An extreme example of this are pages that use HTML 4.x markup without any CSS or other visual embellishments. If you do this, I guarantee you that your portability problems are over.
( I wouldn't recommend this extreme, because it will make your pages quite boring, but it still illustrates a point. )
7.4. Some Words of Wisdom
"I regret being so blunt but, no, we are not going to change our website in the near future. We have developed an amazing website, that costs us a lot of money to develop and maintain, and it is currently built exactly according to our business needs.
I can also say that although technologically it might be possible to develop a version for Mozilla or other browsers, Orange [Israel], and many other content providers, are investing in the most common browser, it is currently not cost efficient to develop versions for other browsers."
The GPL stands for the "GNU General Public License", and is a commonly used open-source license.
There are other open-source licenses that are similar to it.
You may have heard about its "viral" nature, that forces code that uses GPLed code to be open-source as well. Should you worry about it?
Usually there's nothing to be fear. The GPL (and all other free software licenses) explicitly allow making use (and even modifying) the software for internal use.
Software that operates web-sites is considered software for internal use, as it is not distributed to the outside.
Amazon.com as an Example
If we take Amazon.com for example, then they may make use of GPLed code for their web-site.
If, however, they decide to distribute the code as a framework that allows setting up similar sites (say Amazonware), then they'll have to either comply by the terms of the GPL, and distribute it under a compatible free software license, or alternatively eliminate the use of the GPLed software.

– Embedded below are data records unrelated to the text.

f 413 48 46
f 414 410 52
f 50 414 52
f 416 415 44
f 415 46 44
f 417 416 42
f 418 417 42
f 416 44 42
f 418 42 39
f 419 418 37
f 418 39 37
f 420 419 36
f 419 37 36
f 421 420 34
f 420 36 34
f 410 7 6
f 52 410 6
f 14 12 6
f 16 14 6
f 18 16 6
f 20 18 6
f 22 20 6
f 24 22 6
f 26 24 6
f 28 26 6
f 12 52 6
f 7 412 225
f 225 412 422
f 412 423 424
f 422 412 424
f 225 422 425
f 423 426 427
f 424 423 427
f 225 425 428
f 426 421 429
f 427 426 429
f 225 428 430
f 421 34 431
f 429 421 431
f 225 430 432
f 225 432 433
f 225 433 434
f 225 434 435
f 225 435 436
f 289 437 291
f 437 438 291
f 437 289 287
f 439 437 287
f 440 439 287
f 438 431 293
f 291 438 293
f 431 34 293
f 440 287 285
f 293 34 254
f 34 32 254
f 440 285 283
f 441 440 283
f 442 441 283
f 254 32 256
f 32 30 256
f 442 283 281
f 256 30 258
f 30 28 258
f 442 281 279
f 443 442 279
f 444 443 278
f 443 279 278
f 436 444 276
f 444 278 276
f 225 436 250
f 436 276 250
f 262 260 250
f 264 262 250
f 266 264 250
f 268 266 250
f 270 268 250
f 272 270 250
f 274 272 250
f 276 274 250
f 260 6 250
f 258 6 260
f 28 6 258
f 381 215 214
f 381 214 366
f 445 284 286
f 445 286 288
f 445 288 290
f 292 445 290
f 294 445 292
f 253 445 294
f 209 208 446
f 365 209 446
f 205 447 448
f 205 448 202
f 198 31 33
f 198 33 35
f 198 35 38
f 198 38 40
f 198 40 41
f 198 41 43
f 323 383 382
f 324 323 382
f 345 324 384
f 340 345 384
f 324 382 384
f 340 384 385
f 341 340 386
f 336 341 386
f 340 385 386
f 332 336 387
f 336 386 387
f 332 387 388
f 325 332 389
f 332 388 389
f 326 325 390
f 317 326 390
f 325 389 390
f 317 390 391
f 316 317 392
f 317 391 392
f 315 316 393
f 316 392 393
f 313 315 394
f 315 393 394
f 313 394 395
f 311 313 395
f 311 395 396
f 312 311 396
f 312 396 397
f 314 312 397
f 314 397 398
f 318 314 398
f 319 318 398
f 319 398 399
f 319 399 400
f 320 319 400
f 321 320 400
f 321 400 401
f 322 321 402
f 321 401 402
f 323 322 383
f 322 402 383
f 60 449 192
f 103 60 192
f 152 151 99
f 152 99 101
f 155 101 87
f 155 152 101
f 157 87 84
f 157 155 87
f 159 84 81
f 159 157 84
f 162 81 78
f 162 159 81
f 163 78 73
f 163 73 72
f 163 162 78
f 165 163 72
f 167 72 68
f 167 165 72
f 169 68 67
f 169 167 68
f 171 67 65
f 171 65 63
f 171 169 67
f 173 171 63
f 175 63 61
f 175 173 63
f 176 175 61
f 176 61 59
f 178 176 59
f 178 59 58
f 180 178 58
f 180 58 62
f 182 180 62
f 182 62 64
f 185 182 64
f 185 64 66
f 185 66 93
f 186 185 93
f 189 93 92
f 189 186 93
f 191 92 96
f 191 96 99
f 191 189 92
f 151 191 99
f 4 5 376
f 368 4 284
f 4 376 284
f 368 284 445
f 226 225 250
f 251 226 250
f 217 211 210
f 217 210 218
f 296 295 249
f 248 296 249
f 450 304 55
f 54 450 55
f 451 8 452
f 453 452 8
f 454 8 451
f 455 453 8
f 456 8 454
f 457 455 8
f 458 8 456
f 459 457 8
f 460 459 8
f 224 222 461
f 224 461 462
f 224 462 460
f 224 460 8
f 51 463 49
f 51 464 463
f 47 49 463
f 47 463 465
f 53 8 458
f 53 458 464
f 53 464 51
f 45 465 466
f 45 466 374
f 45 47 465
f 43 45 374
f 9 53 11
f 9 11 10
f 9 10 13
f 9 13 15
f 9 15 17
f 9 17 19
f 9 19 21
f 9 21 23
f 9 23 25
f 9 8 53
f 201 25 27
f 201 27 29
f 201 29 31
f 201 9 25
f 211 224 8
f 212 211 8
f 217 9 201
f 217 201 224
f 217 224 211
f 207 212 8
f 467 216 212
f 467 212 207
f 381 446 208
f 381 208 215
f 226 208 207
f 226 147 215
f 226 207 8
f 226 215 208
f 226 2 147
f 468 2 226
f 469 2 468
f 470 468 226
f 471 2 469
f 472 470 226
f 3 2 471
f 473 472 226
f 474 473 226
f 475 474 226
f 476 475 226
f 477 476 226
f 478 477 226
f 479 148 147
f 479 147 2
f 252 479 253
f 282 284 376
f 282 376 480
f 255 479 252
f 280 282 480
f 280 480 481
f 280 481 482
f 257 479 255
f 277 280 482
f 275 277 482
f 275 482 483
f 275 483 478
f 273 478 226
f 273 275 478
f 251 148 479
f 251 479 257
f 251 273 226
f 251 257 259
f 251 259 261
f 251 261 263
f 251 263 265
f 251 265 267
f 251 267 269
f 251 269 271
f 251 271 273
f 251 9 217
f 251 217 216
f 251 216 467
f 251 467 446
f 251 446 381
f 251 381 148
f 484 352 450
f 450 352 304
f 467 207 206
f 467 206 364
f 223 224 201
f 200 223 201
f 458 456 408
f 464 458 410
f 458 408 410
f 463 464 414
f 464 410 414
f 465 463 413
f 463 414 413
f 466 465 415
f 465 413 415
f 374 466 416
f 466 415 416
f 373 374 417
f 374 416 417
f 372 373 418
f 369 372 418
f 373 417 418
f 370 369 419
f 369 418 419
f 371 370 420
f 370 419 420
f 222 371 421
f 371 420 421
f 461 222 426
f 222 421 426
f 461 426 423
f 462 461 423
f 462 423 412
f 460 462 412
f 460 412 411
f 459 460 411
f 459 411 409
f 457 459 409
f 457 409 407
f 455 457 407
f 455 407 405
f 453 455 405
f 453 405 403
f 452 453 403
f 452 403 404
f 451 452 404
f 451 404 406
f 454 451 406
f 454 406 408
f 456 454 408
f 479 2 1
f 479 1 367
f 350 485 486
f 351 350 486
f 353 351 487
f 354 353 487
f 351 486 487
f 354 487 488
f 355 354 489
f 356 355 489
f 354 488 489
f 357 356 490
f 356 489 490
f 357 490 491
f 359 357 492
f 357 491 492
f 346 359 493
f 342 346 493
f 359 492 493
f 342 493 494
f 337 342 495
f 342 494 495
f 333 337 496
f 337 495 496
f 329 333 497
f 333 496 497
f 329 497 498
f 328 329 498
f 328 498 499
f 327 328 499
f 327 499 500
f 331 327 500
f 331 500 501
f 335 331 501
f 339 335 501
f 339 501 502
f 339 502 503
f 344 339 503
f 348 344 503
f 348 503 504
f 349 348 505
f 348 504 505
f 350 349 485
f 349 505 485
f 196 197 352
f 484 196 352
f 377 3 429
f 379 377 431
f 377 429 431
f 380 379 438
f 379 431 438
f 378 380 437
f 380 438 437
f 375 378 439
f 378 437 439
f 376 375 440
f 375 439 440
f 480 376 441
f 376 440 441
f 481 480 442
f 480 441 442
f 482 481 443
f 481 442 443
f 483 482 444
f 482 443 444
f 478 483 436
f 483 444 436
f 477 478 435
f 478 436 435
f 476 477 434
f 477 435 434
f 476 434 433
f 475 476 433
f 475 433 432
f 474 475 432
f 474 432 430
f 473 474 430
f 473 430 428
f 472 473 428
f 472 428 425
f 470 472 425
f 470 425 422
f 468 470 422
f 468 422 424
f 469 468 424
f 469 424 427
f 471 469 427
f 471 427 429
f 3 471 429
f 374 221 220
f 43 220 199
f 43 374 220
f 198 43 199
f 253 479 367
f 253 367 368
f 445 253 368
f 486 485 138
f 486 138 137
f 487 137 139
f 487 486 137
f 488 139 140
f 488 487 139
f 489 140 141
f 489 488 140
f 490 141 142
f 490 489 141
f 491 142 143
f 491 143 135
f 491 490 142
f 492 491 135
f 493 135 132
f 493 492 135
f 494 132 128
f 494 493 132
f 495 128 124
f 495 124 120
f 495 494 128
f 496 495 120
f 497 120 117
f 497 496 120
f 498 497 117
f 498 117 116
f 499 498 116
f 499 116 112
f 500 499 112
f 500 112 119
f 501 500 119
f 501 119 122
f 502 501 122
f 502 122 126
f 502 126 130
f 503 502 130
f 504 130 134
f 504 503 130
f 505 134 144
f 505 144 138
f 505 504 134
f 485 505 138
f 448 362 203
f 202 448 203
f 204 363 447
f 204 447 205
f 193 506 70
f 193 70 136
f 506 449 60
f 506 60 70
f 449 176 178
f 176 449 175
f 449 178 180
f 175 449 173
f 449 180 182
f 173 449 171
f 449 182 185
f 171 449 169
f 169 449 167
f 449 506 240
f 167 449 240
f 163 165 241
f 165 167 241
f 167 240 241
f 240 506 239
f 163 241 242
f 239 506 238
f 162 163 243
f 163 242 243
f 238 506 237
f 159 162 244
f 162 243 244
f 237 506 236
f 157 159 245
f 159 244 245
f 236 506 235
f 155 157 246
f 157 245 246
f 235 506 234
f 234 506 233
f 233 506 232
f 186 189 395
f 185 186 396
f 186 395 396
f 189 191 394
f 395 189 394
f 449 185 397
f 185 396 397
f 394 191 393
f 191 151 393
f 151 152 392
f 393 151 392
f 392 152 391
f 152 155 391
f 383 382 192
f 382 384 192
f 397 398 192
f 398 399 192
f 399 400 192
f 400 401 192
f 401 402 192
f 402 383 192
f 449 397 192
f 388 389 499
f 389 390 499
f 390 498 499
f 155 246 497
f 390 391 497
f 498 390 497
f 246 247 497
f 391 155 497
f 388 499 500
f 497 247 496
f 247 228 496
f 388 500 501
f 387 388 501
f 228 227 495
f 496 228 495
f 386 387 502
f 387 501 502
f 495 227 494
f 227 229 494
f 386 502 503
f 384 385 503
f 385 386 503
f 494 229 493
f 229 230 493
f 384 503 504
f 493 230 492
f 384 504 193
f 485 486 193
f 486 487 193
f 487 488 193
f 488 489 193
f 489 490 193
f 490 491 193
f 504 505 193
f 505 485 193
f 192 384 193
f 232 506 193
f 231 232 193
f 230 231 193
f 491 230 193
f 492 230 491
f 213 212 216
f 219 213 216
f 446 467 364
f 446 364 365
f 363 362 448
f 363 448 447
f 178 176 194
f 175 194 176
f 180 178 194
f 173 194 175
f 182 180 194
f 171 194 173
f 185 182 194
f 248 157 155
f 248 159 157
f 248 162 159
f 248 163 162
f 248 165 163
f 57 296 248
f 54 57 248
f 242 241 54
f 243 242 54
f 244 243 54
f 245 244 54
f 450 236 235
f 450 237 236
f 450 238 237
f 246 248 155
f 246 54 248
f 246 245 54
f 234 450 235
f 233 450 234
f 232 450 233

(Or if the option permits, get the copyright owner of the GPLed software to exempt them from the GPL somehow.)
Conclusion
This presentation was directed primarily at people who manage or wish to set up web-sites.
If you want to sell a framework that will facilitate setting up web-sites using LAMP, I wish you the best of luck, but you'll have to handle the legal problems involved in making use of open-source (and proprietary) software available on your own.
Generally note that the distribution terms of proprietary software may give you even more trouble, as far as basing a web-site on them is concerned.